Desmonte do estado

Manobra de Alckmin libera tramitação de PL que autoriza venda de fazendas experimentais

Desembargador, que voltou atrás de decisão anterior, passou a entender que audiências públicas podem ser feitas após – e não antes – de o projeto ser apreciado e votado pelos parlamentares

Divulgação/Secretaria da Agricultura SP

Alckmin, em evento agropecuário, recebe balanço social de agência estadual do setor, que deve ficar sem laboratórios de pesquisa

São Paulo – O desembargador Carlos Bueno, do Órgão Especial do Tribunal de Justiça de São Paulo (TJ-SP), acatou recurso do governo paulista, e liberou a tramitação do Projeto de Lei 328/2016, que autoriza a venda de 79 imóveis do estado.
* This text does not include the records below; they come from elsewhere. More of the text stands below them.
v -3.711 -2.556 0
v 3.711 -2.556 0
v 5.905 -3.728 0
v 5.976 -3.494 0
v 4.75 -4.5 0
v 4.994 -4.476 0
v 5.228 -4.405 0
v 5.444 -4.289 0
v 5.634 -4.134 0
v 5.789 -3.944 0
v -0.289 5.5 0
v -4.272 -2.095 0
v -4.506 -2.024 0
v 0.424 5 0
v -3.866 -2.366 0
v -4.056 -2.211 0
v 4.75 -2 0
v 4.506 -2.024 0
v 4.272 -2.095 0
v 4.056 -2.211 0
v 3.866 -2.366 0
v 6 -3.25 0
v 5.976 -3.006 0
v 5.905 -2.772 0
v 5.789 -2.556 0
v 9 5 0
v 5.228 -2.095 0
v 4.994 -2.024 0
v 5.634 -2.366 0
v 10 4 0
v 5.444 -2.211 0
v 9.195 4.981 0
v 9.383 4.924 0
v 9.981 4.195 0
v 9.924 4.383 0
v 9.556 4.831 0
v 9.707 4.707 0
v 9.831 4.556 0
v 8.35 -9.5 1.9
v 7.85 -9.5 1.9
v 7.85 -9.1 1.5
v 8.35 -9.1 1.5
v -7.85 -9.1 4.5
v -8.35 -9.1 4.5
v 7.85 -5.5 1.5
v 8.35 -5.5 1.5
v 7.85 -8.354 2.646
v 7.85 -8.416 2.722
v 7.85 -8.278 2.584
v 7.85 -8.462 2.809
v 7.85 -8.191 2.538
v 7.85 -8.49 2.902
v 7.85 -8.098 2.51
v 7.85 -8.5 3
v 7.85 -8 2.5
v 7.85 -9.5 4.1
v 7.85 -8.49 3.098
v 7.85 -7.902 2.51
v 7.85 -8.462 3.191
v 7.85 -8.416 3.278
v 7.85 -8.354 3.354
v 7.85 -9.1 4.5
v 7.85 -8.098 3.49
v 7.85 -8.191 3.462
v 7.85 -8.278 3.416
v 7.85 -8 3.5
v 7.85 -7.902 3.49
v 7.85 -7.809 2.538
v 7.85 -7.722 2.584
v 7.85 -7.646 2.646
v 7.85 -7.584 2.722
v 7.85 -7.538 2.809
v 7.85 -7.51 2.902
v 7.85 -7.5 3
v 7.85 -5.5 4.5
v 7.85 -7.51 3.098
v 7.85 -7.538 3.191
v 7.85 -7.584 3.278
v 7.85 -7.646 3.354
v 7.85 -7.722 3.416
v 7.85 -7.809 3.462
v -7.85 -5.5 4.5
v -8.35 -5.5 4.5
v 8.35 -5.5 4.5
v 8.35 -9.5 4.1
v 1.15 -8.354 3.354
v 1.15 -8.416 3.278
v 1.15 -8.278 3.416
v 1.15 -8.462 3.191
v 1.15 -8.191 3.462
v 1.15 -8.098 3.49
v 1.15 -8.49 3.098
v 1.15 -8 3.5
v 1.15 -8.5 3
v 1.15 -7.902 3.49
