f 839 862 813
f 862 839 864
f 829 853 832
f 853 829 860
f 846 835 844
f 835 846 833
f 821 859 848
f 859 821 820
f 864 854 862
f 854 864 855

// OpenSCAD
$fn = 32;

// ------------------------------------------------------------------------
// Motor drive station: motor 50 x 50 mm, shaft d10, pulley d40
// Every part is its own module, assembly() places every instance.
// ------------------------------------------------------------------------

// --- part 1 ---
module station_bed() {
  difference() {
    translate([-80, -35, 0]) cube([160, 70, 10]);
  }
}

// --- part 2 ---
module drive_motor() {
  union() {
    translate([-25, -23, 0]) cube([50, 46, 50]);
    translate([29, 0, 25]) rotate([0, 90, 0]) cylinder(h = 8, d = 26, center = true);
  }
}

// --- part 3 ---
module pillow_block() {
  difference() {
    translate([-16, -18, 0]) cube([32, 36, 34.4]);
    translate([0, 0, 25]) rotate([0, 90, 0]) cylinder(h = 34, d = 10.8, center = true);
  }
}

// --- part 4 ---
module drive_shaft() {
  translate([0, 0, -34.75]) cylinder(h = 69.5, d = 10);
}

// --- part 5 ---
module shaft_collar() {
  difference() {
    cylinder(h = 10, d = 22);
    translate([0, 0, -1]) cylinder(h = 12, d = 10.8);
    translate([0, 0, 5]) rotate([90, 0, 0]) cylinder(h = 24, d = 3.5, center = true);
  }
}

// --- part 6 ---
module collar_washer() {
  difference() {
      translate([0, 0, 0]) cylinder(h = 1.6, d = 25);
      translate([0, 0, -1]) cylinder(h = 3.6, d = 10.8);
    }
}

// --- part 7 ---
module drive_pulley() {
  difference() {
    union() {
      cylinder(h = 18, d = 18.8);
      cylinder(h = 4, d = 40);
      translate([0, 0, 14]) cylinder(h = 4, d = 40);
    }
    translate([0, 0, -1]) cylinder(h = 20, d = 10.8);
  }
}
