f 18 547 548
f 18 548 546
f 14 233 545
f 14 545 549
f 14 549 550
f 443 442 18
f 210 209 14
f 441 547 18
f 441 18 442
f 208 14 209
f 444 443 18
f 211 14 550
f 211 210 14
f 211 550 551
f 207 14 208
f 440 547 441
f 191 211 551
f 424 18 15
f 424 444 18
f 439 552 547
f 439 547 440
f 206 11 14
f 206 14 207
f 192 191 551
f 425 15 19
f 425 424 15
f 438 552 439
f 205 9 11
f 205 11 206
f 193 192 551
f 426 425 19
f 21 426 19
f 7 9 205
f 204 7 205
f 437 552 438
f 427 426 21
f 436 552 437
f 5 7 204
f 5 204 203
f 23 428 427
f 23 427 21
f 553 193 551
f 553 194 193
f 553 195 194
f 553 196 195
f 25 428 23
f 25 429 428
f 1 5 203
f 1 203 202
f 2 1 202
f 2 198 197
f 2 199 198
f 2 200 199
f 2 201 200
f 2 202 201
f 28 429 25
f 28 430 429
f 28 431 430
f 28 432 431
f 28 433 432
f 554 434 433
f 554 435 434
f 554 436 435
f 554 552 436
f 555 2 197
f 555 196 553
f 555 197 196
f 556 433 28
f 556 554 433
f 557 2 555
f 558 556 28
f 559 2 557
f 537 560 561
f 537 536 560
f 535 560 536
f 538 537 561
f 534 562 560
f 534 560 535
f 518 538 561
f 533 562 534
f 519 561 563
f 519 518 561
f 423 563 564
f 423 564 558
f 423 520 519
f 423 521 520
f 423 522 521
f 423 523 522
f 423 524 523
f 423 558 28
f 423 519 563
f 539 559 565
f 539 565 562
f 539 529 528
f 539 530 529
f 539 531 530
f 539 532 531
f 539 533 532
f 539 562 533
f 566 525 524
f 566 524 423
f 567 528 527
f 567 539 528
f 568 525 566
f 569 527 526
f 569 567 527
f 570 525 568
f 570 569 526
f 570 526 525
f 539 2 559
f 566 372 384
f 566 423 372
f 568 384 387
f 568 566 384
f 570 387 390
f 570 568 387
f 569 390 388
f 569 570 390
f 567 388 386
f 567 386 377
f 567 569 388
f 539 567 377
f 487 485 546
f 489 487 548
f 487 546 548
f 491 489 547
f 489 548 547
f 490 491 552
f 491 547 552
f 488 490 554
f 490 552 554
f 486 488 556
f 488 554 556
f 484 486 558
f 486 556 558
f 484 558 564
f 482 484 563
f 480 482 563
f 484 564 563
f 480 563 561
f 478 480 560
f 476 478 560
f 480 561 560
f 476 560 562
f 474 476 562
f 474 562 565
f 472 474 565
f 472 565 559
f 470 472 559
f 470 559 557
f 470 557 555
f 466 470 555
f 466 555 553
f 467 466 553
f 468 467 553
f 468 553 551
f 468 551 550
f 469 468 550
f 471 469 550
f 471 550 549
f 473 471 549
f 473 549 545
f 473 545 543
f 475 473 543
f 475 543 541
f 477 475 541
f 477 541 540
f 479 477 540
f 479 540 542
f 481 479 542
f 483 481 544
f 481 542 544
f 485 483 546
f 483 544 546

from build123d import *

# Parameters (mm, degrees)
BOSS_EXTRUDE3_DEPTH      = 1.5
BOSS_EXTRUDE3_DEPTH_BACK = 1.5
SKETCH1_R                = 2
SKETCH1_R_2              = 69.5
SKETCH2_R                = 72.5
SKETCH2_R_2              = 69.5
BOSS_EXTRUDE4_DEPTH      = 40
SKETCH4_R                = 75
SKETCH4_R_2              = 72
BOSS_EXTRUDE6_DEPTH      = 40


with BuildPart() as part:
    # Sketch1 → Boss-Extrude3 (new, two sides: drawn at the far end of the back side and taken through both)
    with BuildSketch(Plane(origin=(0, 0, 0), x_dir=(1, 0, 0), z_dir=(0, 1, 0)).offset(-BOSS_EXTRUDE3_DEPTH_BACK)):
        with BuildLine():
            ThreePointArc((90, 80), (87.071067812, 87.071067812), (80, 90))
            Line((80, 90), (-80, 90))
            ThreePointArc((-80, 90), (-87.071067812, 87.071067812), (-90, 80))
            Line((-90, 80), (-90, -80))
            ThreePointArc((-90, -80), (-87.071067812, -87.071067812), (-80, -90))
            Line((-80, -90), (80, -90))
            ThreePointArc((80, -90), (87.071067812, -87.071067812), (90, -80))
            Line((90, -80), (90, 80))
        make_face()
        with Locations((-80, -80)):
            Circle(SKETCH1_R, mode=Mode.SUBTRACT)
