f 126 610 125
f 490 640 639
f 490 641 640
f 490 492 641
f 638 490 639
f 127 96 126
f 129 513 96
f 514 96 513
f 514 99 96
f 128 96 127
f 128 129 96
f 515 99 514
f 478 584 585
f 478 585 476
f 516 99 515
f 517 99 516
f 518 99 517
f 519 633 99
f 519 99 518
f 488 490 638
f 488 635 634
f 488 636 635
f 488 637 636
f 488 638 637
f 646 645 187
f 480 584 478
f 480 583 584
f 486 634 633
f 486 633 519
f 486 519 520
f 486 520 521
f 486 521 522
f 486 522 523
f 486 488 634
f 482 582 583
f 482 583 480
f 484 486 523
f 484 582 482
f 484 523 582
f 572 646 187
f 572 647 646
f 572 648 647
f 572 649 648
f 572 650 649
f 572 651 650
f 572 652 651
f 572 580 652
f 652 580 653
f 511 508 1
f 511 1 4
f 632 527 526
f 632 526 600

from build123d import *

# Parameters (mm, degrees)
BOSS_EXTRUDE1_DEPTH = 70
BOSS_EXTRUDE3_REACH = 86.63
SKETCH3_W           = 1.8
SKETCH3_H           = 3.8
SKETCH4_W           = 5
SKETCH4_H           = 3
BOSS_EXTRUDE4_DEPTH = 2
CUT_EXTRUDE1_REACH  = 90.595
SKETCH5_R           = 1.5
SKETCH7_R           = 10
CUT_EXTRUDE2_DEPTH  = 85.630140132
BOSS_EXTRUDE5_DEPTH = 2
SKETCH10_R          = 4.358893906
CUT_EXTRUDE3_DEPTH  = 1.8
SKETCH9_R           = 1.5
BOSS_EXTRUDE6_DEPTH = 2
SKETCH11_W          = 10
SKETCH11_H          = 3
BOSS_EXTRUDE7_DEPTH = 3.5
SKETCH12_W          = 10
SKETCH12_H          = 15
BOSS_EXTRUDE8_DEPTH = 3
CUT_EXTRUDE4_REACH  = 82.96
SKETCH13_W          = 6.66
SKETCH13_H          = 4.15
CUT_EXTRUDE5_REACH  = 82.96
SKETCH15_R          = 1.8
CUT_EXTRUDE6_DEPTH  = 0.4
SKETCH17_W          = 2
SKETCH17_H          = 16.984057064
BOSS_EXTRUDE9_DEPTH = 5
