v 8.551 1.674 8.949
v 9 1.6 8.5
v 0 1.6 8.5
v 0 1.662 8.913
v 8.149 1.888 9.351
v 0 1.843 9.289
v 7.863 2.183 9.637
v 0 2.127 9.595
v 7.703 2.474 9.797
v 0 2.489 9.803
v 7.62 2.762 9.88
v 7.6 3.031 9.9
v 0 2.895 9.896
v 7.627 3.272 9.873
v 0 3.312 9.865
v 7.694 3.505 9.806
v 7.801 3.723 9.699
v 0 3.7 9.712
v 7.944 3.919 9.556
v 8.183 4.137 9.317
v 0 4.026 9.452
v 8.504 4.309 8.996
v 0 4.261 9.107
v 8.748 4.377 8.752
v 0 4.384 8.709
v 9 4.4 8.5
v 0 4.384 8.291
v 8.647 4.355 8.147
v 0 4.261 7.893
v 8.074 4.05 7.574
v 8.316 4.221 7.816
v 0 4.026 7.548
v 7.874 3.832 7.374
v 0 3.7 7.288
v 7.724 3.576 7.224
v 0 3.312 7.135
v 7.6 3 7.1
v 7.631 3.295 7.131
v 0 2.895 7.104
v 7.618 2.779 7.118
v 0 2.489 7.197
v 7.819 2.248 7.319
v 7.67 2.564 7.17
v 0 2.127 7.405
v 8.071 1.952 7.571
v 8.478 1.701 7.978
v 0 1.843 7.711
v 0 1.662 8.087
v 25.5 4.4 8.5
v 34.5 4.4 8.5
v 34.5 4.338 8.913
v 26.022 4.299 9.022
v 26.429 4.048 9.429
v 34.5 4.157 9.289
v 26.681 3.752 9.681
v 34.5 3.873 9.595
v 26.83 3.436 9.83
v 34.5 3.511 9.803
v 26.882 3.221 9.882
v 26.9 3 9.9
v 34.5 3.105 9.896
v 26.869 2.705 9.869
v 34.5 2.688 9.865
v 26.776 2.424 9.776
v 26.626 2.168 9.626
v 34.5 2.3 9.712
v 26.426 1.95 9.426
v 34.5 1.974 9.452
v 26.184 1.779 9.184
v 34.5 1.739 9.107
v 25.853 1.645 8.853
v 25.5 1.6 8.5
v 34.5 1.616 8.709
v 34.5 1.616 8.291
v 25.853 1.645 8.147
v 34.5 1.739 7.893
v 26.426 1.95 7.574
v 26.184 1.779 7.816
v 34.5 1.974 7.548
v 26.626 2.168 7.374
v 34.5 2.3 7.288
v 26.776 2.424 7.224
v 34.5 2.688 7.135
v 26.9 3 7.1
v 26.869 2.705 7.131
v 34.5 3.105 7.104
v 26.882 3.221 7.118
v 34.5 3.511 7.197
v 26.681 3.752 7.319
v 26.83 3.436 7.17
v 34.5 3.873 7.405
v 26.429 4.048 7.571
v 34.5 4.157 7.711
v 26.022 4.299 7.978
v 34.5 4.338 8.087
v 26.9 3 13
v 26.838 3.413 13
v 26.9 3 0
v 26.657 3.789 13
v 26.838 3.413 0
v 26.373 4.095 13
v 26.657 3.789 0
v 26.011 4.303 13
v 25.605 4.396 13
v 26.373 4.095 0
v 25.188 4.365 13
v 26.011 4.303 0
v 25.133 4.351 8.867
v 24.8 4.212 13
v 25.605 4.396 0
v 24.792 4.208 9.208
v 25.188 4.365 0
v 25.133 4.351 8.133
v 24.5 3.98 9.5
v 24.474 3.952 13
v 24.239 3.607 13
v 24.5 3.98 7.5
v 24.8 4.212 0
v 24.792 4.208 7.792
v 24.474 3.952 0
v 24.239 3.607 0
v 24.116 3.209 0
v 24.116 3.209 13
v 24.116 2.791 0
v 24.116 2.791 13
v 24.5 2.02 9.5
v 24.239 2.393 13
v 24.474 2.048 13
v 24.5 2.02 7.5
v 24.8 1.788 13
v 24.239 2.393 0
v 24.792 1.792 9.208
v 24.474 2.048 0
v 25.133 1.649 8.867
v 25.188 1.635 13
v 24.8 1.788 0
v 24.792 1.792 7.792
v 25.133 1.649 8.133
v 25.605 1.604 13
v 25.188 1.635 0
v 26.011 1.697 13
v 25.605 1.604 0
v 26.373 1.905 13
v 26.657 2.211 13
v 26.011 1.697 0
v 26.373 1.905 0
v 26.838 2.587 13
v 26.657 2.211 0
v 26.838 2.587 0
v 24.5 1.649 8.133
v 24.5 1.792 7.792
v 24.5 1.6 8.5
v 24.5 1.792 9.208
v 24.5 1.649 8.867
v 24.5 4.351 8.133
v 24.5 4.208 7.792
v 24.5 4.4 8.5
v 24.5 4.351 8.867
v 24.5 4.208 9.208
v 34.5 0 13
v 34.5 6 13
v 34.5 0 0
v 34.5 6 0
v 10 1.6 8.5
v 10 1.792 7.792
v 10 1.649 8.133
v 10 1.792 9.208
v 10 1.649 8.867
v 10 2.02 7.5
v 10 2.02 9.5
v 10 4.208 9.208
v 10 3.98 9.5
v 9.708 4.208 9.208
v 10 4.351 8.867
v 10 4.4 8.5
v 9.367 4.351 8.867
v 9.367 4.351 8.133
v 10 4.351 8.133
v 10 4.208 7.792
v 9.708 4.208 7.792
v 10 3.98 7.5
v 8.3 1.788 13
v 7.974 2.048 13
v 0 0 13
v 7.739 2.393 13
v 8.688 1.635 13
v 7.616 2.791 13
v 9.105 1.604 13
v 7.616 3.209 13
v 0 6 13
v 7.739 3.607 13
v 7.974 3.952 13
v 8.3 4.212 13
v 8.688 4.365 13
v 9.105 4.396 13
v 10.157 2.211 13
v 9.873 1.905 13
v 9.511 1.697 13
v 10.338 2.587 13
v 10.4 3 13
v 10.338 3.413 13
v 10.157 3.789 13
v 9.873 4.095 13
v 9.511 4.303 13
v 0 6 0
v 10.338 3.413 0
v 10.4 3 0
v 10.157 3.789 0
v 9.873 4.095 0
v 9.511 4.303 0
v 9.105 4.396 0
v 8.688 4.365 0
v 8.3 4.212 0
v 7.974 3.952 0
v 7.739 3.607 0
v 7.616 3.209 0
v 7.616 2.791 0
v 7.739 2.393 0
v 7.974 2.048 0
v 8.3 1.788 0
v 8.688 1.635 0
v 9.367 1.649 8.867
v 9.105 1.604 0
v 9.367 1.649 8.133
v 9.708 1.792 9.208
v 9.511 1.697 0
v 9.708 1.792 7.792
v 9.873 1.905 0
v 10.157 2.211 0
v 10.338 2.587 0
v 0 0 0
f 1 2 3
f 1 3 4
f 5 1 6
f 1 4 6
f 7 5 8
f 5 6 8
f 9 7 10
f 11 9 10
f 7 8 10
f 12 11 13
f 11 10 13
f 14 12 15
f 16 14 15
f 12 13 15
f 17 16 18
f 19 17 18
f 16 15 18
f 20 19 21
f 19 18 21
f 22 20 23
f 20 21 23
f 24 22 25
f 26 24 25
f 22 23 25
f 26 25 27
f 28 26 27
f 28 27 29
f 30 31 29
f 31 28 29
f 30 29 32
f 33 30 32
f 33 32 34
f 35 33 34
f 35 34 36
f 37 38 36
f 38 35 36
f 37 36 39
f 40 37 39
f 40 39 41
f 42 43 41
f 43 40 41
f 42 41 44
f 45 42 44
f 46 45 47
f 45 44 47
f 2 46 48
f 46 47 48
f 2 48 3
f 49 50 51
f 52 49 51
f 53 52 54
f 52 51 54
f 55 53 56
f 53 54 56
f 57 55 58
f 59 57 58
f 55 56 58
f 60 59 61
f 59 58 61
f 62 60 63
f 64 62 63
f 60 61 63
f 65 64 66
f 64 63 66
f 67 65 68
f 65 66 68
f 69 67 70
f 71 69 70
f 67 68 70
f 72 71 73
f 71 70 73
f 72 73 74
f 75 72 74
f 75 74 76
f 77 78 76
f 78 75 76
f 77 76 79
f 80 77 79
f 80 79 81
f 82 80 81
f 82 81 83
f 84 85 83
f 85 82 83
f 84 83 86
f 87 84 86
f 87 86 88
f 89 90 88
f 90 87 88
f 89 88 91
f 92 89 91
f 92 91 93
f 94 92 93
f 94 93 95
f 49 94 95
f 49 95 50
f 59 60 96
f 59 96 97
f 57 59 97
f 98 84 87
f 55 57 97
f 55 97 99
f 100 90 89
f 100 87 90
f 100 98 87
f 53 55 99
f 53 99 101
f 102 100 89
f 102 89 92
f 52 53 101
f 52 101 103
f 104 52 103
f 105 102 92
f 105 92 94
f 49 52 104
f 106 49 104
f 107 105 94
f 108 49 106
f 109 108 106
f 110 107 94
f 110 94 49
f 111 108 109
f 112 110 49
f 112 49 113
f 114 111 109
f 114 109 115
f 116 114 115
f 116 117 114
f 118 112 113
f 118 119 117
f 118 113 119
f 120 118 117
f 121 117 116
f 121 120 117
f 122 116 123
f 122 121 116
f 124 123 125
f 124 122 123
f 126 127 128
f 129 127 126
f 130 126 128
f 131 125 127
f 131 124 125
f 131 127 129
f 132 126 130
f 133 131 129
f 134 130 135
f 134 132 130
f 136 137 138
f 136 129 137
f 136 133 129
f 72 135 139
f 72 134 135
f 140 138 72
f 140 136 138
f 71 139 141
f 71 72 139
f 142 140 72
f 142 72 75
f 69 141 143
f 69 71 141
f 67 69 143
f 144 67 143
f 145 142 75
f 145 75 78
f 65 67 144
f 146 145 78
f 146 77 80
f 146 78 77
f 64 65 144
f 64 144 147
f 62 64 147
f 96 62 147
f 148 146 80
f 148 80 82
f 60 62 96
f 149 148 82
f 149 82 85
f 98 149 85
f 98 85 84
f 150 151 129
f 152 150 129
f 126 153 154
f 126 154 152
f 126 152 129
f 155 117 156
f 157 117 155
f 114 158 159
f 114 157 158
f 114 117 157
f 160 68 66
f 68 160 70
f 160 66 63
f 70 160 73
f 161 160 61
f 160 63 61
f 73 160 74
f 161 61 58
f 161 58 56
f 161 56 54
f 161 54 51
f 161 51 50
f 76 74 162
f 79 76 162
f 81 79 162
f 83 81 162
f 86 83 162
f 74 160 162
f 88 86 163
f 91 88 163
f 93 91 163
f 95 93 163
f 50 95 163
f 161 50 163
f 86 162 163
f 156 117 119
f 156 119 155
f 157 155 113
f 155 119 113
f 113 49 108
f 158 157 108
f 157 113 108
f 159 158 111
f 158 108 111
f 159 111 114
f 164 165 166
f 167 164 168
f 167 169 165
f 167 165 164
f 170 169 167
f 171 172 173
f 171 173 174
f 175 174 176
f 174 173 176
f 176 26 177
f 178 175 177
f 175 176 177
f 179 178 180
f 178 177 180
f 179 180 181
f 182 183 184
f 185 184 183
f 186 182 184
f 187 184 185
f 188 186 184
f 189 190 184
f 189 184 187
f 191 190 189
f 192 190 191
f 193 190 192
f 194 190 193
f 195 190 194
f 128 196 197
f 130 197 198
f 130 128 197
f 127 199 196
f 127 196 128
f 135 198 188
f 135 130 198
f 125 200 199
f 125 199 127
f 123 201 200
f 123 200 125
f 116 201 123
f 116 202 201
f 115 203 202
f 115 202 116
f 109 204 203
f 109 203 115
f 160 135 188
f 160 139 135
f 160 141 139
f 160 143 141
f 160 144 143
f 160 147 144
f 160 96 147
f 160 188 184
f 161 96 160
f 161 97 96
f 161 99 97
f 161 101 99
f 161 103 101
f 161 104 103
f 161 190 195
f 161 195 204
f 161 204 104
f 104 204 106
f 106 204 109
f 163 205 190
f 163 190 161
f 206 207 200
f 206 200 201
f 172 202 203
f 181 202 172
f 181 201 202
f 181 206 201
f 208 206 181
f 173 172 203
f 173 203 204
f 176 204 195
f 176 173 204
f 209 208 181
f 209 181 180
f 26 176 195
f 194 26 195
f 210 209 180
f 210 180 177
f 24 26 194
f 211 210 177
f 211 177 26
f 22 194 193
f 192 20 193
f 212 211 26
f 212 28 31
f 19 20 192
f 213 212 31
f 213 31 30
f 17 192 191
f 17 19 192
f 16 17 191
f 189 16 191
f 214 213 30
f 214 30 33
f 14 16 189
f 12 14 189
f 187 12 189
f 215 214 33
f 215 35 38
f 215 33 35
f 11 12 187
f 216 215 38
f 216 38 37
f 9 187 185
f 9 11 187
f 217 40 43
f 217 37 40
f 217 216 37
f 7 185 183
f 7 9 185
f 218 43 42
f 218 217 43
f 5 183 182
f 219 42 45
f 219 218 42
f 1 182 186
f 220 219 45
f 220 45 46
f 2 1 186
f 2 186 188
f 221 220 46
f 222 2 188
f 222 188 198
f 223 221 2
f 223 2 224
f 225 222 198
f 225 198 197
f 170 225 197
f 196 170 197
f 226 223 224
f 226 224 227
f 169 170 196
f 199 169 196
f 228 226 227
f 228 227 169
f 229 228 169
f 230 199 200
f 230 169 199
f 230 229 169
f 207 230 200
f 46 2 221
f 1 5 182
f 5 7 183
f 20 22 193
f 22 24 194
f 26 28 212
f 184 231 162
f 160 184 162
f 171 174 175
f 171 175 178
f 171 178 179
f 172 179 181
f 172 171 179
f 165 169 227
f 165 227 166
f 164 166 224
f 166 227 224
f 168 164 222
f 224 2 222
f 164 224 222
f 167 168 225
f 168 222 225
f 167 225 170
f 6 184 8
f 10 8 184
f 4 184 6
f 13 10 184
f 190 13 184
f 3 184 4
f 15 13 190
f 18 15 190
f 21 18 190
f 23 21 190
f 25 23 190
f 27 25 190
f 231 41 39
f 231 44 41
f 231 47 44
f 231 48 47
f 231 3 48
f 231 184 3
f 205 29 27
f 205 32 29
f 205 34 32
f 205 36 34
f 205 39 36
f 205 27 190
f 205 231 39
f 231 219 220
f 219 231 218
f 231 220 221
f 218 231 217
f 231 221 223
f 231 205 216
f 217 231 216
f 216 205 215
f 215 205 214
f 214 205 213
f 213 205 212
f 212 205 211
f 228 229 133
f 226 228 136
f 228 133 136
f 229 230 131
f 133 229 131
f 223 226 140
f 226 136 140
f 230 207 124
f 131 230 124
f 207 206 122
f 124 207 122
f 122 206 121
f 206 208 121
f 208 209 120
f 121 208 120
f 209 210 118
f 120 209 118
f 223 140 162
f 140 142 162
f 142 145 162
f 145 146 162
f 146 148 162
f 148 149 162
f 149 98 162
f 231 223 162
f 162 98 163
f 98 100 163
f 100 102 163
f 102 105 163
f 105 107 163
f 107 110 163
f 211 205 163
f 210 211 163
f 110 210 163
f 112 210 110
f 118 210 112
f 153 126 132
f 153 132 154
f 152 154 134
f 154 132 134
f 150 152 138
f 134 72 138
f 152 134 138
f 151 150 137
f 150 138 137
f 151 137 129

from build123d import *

# Parameters (mm, degrees)
F0_W     = 34.5
F0_H     = 6
F0_R     = 1.4
F1_DEPTH = 13
F2_R     = 1.4
F3_DEPTH = 10
F4_R     = 1.4
F5_DEPTH = 10


with BuildPart() as f1:
    # F0 (on Top) → F1 (new body)
    with BuildSketch(Plane.XY):
        with Locations((17.25, 3)):
            Rectangle(F0_W, F0_H)
        with Locations((9, 3)):
            Circle(F0_R, mode=Mode.SUBTRACT)
        with Locations((25.5, 3)):
            Circle(F0_R, mode=Mode.SUBTRACT)
    extrude(amount=F1_DEPTH)

    # F2 (on face) → F3 (cut)
    with BuildSketch(Plane(origin=(0, 0, 0), x_dir=(0, -1, 0), z_dir=(-1, 0, 0))):
        with Locations((-3, 8.5)):
            Circle(F2_R)
    extrude(amount=-F3_DEPTH, mode=Mode.SUBTRACT)

    # F4 (on face) → F5 (cut)
    with BuildSketch(Plane.YZ.offset(34.5)):
        with Locations((3, 8.5)):
            Circle(F4_R)
    extrude(amount=-F5_DEPTH, mode=Mode.SUBTRACT)


solid = f1.part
São, em grande parte, fazendas vinculadas à Secretaria da Agricultura espalhadas pelo estado, onde funcionam laboratórios de pesquisa de tecnologia agropecuária destinada à agricultura familiar e pequenos produtores rurais, com foco na produção orgânica.

De autoria do governador Geraldo Alckmin (PSDB), o projeto tramita em regime de urgência, sem que tenha de ser apreciado pelas comissões. Até agora, não foi convocada nenhuma audiência pública para discutir com pesquisadores, trabalhadores, sindicatos e movimentos ligados à pequena produção agropecuária.

A justificativa do governador com o PL é enfrentar a crise financeira e fazer caixa para o orçamento do estado. O governo espera arrecadar R$ 1,4 bilhão – enquanto perdoa dívida de R$ 116 milhões da Alstom no contrato para instalação de sistema de controle de trens. O acordo deverá ser investigado pelo Ministério Público Estadual paulista. A Alstom é uma das empresas do cartel do metrô.

Cedendo a pressões do Executivo e da presidência da Assembleia Legislativa, o magistrado voltou atrás de sua própria determinação, de junho passado, quando sustou, de maneira liminar, o andamento do PL em atendimento ao mandado impetrado pelo deputado Carlos Neder (PT).

O parlamentar, que coordena a Frente Parlamentar em Defesa dos Institutos de Pesquisa e Fundações ligados ao Estado de São Paulo – entre os quais estão essas fazendas experimentais –, argumenta que a inclusão do projeto na ordem do dia, sem realização de audiência pública com a comunidade científica, fere os requisitos previstos no artigo 272 da Constituição Estadual de 1989.

A legislação determina queo patrimônio físico, cultural e científico dos museus, institutos e centros de pesquisa da administração direta, indireta e fundacional são inalienáveis e intransferíveis sem audiência da comunidade científica e aprovação prévia do Poder Legislativo.

Porém, o desembargador passou a entender que a Constituição do Estado “exige audiência pública com a comunidade científica para que se possa efetivar a alienação de institutos e centro de pesquisas”.  No entanto, segundo ele, “o momento em que se deve realizar a audiência não integra o andamento do projeto de lei que veicula autorização para a alienação. A atividade legislativa não estaria condicionada à realização da audiência, por ausência de previsão expressa no Capítulo II da CE/89, que trata do Poder Legislativo”.

A Associação dos Pesquisadores Científicos do Estado de São Paulo (APqC), que conta com apoio da Frente Parlamentar, universidades e de sindicatos e associações de pequenos agricultores de diversas regiões, vai intensificar a mobilização e as pressões sobre os parlamentares. O PL está na ordem do dia e pode ser votado a qualquer momento.

“Diversos parceiros já se manifestaram contra o projeto e em defesa da manutenção das fazendas experimentais. A resistência é forte em vários municípios, como Ribeirão Preto e Itapeva, porque os produtores rurais se beneficiam diretamente da tecnologia que produzimos”, afirma o presidente da APqC, Joaquim Adelino de Azevedo Filho.

O setor jurídico da entidade está estudando medidas possíveis no âmbito da Justiça para obtenção de mais tempo para conscientizar a sociedade para os riscos do projeto, e suas consequências.

No próximo dia 16, às 11h, a APqC e a Frente Parlamentar em Defesa dos Institutos de Pesquisa e Fundações farão ato pela preservação do patrimônio público na Assembleia Legislativa.